Daha Fazla ilgili haber için tıklayınız...
Suyun hayati önemi
Yaş aldıkça susama hissi azalır ya da idrar yolu sorunları nedeniyle su tüketimi sınırlanabilir. Ancak yeterince su içmemek, ciddi sonuçlara yol açabilir: Sürekli yorgunluk, geçmeyen baş ağrıları, ciltte kuruluk, hücrelerin büzülmesine bağlı solgun ve kuru bir görünüm ile belirginleşen çizgiler. Ayrıca sık tekrarlayan idrar yolu enfeksiyonları da yetersiz su alımının etkilerindendir.
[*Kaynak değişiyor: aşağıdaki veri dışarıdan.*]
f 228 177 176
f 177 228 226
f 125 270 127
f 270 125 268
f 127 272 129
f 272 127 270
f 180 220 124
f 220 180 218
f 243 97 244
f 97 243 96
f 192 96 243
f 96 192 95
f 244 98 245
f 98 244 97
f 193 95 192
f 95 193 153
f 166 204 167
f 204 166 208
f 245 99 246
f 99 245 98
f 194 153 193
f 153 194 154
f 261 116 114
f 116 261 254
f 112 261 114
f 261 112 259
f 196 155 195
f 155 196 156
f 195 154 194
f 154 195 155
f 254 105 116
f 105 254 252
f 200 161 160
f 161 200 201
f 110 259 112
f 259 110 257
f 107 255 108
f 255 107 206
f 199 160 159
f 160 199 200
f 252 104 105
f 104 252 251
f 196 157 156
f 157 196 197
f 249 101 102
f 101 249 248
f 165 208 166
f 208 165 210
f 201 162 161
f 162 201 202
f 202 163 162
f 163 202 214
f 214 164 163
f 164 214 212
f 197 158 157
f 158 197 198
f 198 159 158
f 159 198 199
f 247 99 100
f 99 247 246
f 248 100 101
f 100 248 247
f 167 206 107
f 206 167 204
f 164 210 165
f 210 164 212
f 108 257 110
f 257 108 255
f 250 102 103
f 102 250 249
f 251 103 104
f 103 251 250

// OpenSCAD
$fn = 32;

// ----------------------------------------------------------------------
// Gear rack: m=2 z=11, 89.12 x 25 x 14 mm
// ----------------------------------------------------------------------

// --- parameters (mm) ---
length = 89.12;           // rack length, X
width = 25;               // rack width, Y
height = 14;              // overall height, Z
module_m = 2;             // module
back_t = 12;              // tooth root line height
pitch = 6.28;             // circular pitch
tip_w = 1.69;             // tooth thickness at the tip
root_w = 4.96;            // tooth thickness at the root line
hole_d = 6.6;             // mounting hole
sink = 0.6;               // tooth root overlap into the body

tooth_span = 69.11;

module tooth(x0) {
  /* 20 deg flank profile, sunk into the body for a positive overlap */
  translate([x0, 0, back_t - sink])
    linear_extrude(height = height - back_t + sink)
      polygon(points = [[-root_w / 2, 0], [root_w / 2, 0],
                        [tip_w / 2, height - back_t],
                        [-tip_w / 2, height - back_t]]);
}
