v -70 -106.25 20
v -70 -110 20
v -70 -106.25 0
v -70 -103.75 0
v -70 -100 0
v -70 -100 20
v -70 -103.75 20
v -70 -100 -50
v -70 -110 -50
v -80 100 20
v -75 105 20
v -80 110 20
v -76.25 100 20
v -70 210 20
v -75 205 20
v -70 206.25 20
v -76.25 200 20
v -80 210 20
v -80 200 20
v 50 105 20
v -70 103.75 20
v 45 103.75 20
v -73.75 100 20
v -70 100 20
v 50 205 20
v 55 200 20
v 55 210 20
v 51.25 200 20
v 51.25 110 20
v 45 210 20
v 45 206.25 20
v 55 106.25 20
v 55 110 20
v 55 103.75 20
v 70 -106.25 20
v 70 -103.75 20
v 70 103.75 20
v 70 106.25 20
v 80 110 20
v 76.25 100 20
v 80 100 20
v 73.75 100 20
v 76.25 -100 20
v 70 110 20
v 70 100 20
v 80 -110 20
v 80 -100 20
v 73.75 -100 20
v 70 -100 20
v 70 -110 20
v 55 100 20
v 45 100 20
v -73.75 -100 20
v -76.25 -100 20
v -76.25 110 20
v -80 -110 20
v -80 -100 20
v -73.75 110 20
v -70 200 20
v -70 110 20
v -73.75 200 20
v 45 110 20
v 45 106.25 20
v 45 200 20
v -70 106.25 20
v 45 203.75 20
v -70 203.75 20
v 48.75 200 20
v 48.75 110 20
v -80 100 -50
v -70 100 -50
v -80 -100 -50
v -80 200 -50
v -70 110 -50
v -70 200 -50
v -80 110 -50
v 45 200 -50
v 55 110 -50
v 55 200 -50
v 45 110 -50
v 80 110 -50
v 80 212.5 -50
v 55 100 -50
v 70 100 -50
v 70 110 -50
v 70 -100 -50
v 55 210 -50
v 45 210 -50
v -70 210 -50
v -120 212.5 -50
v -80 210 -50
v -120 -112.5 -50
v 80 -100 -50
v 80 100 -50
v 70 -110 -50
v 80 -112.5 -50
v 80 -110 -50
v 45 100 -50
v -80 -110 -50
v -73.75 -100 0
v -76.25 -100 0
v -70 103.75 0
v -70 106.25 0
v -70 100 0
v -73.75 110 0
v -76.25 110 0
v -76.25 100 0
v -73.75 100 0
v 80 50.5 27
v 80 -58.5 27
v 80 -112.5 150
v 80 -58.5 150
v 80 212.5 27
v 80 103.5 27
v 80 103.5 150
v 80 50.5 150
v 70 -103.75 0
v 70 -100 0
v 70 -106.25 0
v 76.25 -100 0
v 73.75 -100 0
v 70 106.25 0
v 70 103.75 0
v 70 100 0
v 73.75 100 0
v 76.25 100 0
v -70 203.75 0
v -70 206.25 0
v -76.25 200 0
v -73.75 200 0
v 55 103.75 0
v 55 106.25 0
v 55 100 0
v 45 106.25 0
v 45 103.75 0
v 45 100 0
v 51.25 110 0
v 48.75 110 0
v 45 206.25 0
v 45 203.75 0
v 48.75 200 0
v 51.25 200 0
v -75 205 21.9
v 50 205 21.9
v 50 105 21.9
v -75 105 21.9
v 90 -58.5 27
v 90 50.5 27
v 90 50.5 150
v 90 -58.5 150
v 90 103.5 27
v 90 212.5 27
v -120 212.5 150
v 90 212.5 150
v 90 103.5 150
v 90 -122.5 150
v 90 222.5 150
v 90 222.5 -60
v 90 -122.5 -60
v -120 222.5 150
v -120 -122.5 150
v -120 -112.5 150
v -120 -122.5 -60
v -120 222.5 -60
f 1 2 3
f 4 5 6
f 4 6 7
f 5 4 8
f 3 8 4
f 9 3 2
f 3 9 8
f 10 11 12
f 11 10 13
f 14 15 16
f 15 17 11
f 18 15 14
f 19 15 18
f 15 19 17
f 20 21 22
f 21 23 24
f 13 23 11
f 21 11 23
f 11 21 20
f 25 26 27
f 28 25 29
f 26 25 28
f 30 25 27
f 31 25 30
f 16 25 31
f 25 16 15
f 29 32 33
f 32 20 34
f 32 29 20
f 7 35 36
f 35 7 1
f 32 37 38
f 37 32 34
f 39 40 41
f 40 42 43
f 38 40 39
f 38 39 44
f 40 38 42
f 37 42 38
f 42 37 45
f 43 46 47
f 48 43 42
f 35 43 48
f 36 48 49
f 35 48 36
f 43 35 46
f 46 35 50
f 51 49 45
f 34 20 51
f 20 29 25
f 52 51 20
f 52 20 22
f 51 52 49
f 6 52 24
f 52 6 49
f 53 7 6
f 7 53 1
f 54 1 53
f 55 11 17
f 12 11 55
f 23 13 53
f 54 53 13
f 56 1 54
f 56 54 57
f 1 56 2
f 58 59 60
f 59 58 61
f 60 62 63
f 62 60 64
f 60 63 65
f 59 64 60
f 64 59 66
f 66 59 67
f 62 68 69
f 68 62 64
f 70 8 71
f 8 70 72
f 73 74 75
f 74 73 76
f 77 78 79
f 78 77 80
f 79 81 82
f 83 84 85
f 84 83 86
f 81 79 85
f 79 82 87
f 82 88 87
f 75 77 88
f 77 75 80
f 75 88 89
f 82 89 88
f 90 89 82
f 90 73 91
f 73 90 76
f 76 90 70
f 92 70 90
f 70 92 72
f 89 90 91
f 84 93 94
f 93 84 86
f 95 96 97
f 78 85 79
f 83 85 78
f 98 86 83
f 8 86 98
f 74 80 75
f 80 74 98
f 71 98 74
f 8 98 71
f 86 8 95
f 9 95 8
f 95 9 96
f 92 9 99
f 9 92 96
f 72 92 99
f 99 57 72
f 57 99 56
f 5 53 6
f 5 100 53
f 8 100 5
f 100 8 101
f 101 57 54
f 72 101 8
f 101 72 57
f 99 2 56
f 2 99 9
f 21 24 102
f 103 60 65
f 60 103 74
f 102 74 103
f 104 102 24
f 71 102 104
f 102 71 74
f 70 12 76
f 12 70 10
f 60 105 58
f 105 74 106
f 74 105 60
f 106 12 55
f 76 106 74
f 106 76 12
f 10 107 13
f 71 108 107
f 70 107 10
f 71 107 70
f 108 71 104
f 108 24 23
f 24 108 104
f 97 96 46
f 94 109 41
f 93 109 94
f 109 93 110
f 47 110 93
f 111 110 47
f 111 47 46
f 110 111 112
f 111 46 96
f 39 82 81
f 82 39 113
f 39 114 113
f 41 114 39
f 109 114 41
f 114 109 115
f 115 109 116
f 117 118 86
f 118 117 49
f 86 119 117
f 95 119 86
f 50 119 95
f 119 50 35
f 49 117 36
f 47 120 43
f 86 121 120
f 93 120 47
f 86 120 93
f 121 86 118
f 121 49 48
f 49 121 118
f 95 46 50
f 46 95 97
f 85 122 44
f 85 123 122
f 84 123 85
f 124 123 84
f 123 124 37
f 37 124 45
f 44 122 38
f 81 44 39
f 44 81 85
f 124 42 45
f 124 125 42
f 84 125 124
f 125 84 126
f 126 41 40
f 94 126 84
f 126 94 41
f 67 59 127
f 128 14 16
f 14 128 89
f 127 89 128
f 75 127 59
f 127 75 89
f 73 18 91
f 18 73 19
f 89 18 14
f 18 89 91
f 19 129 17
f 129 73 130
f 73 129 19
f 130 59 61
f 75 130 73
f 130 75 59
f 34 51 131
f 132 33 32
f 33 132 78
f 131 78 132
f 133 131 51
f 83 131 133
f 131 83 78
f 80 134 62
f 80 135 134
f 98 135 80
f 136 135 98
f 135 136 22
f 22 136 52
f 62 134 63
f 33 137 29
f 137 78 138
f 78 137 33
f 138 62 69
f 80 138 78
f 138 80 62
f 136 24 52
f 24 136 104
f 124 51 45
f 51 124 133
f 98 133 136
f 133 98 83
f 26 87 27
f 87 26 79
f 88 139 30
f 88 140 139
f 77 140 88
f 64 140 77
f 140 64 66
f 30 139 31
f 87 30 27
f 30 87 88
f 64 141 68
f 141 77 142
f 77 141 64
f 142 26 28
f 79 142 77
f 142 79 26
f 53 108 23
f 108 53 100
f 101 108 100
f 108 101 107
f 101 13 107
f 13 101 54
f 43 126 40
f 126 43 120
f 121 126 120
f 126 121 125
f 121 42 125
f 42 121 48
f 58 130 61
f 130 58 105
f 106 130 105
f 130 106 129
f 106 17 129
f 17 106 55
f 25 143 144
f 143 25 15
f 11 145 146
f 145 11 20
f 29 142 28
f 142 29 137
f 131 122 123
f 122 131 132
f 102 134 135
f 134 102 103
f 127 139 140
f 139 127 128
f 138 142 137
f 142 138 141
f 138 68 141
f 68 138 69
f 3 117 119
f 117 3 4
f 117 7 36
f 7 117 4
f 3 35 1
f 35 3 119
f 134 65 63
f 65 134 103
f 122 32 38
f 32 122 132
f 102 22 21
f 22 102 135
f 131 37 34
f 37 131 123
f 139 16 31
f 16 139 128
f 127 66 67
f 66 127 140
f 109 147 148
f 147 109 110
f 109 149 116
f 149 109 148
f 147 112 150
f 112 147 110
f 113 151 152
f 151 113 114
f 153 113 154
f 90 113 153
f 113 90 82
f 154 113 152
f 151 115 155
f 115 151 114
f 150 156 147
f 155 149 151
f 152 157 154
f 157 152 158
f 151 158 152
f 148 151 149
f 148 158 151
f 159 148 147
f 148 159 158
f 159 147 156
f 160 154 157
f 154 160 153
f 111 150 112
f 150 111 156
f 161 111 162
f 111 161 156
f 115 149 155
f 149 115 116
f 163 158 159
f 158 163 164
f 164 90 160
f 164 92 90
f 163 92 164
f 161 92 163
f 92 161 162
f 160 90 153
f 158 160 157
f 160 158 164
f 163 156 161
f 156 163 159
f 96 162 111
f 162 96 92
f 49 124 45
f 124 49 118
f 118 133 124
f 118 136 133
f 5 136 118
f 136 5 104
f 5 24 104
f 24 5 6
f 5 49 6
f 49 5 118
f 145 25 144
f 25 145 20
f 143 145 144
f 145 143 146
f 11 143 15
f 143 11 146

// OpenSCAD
// file: human.scad
module halfHumanShape() {
    polygon([
        /* leg */
        [-20,0], [-10,0], [0,90], /*[-15,90],*/
        /* up to the neck */
        [0,165], [-5,165], [-5,155], [-25,155],
        /* arm */
        [-40,75], [-30,75], [-18,140]
    ]);
}

module human() {
    color("pink")
    translate([40,10,0])
    rotate([90,0,0])
    linear_extrude(10) {
        halfHumanShape();
        mirror([1,0]) halfHumanShape();
        /* head */
        translate([0,175]) circle(d=30);
    }
}
// main file
include <human.scad>;

/*
 * Stollenbauweise
 * Quermutterbolzen + Holzdübel
 * Rollbretter unter dem Bett
 * Zugang zur Heizung zum Ablesen
 * https://www.johannes-strommer.com/rechner/balkenberechnung/
 */

/* cm */
L = 320; /* overall length */
MW = 140; /* mattress width */
ML = 200; /* mattress length */
MH = 20; /* mattress height */
LX = 10; /* TODO: leg X size */
LY = 10; /* TODO: leg Y size */
LH = 70; /* leg height */
RT = 25; /* radiator thickness */
PW = MW + LX - RT; /* platform width */
echo(platform_width=PW);
PL = L - ML - 2*LY; /* platform length */
echo(platform_length=PL);
PT = 1.9; /* TODO: platform thickness */
SBD1 = 2.5; /* TODO: smaller side board dimension */
SBD2 = 20; /* TODO: larger side board dimension */

RW = 325; /* room width */
RH = 200; /* room height */
RD = 200; /* room depth */
RWT = 10; /* room wall thickness */

WZO = 77; /* window Z offset (floor to upper edge of window sill) */
WW = 109; /* window width */
WYO = [54, 216]; /* window Y offsets */

/* TODO: Schlafplatz auf der Plattform (ausklappbar?) */
/* TODO: Matratze höher setzen, Plattform niedriger, ...? */
/* TODO: kallax, window sill */
/* TODO: oberkante matratze mit fensterbrett abschließen lassen? */

/* mattress */
color("gray") translate([0,0,MH/2]) cube([MW,ML,MH], center=true);

/* platform */
color("red") translate([(PW-MW-LX)/2,(ML+LY+PL)/2,MH+PT/2]) cube([PW,PL,PT], center=true);

/* legs (mattress) */
color("red") translate([0,0,-LH/2+MH]) for (i=[-1,1]) {
    translate([i*(MW+LX)/2,0,0]) {
        for (j=[-1,1]) {
            translate([0,j*(ML+LY)/2,0]) cube([LX,LY,LH], center=true);
        }
    }
}
/* legs (platform) */
color("red") translate([0,0,-LH/2+MH]) for (i=[-1,1]) {
    translate([(PW-MW-LX)/2 + i*PW/2,0,0]) {
        for (j=[-1,1]) {
            translate([0,(ML+PL+LY)/2 + j*PL/2,0]) cube([LX,LY,LH], center=true);
        }
    }
}

color("red") translate([0,0,MH-SBD2/2]) {
    /* longer side boards (mattress) */
    for (i=[-1,1]) {
        translate([i*(MW+LX)/2,0,0]) cube([SBD1,ML,SBD2], center=true);
    }
    /* longer side boards (platform) */
    translate([0,(ML+PL+LY)/2,0]) for (x=[0,PW]) {
        translate([-(MW+LX)/2+x,0,0]) cube([SBD1,PL,SBD2], center=true);
    }

    /* shorter side boards (mattress) */
    for (i=[-(ML+LX)/2,(ML+LX)/2]) {
        translate([0,i,0]) cube([MW,SBD1,SBD2], center=true);
    }
    /* shorter side board (platform) */
    translate([-LX,(ML+LX)/2+PL,0]) cube([PW,SBD1,SBD2], center=true);
}

/* room */
color("lightgray") translate([MW/2+LX-RD,-ML/2-LY - (RW-L)/2,-LH+MH]) difference() {
    translate([0,-RWT,-RWT]) cube([RD+RWT,RW+2*RWT,RH+RWT]);
    translate([-1,0,0]) cube([RD+1,RW,RH+1]);
    /* windows */
    for (y = WYO) {
        translate([0,y,WZO]) cube([100*RWT,WW,2*RH]);
    }
}

/* humans */
module centeredHuman() {
    translate([-40,95,10]) rotate([90,0,0]) human();
}
//centeredHuman();
//translate([0,(ML+PL)/2,0]) rotate([0,0,90]) centeredHuman();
Yetişkin bireylerin, vücut ağırlıkları, ortam sıcaklığı ve günlük aktivitelerine bağlı olarak günde ortalama yedi-sekiz bardak su içmeleri önerilir.
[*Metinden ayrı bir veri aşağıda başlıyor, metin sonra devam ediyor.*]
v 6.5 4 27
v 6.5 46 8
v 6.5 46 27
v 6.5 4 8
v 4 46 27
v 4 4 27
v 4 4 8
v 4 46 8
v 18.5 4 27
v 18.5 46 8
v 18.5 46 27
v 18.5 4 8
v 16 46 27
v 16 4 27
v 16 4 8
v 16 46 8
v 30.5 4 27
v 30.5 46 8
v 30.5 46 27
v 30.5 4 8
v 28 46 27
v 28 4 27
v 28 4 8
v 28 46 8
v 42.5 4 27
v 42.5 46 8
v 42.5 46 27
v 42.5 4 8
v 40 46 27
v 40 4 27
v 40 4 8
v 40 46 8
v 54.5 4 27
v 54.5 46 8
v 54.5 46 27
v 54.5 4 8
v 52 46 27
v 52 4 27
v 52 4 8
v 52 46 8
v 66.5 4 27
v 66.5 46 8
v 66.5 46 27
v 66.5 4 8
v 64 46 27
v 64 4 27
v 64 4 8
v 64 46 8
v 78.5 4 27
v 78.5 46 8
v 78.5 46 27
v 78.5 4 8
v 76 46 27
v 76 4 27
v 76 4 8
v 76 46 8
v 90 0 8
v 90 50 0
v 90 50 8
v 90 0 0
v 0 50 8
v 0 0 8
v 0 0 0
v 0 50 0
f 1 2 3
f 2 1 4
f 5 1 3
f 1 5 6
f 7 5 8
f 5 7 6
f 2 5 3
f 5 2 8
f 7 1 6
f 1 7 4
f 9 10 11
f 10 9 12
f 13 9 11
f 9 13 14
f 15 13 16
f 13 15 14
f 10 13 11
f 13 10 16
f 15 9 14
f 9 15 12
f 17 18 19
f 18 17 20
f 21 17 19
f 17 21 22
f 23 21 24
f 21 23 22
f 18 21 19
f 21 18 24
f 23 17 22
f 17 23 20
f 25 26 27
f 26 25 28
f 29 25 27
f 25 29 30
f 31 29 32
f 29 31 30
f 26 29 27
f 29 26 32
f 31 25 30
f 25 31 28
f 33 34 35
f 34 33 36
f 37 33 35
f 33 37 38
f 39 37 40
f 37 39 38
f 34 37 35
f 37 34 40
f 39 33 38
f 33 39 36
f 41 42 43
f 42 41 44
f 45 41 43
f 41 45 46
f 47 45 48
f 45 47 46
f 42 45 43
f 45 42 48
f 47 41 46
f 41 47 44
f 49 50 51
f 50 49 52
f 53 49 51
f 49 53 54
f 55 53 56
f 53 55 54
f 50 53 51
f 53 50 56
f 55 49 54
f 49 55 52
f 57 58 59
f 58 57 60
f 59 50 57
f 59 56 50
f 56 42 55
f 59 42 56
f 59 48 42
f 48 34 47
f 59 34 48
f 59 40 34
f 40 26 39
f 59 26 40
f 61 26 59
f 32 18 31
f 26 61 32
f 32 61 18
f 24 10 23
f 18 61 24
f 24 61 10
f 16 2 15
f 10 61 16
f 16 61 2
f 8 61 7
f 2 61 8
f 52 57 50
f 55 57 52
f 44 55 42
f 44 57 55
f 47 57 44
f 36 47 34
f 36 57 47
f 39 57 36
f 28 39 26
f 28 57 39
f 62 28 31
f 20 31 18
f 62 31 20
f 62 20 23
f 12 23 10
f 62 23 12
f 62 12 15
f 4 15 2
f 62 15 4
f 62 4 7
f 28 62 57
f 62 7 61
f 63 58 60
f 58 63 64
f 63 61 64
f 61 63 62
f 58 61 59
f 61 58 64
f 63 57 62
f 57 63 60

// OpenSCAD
$fn = 32;

// ----------------------------------------------------------------------
// Heatsink: uniform fin block
// ----------------------------------------------------------------------

// --- parameters (mm) ---
base_l = 90;              // base length, X
base_w = 50;              // base width, Y
base_t = 8;               // base plate thickness
fin_h = 20;               // fin height above the base
fin_t = 2.5;              // fin thickness
edge = 4;                 // margin from the base ends
pitch = 12;               // fin pitch

n_fins = floor((base_l - 2 * edge - fin_t) / pitch) + 1;  // fin count
total_h = base_t + fin_h - 1;  // overall height

union() {
  cube([base_l, base_w, base_t]);
  for (i = [0 : n_fins - 1])
    translate([edge + i * pitch, edge, base_t - 1])
      cube([fin_t, base_w - 2 * edge, fin_h]);
}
Dinç ve genç kalmanın anahtarı sağlıklı bağırsaklar
Karbonhidratlar temel enerji kaynaklarımızdandır. Ancak rafine şeker gibi basit karbonhidratlar, tatları cazip olsa da sağlık açısından pek fayda sağlamaz. Aksine, kan şekerini dengesizleştirerek kalp-damar hastalıklarına, organların erken yıpranmasına ve serbest radikal artışıyla birlikte vücudun hızla yaşlanmasına neden olabilirler. Buna karşılık, kompleks karbonhidratlar içeren lifli ve posalı besinler, kalp-damar hastalıkları ve kansere karşı koruma sağlarken serbest radikallerin vücuttan atılmasına da yardımcı olur. Yulaf, arpa, meyveler ve yapraklı sebzelerdeki suda çözünebilen lifler, bağırsakta şeker emilimini azaltır ve kolesterol seviyesini düşürür. Tam tahıllar ile kabuklu sebze ve meyvelerdeki suda çözünmeyen lifler ise bağırsak hareketlerini artırarak kabızlığı önler, zararlı maddelerin bağırsakta uzun süre kalmasını engeller ve böylece kolon kanseri riskini düşürür.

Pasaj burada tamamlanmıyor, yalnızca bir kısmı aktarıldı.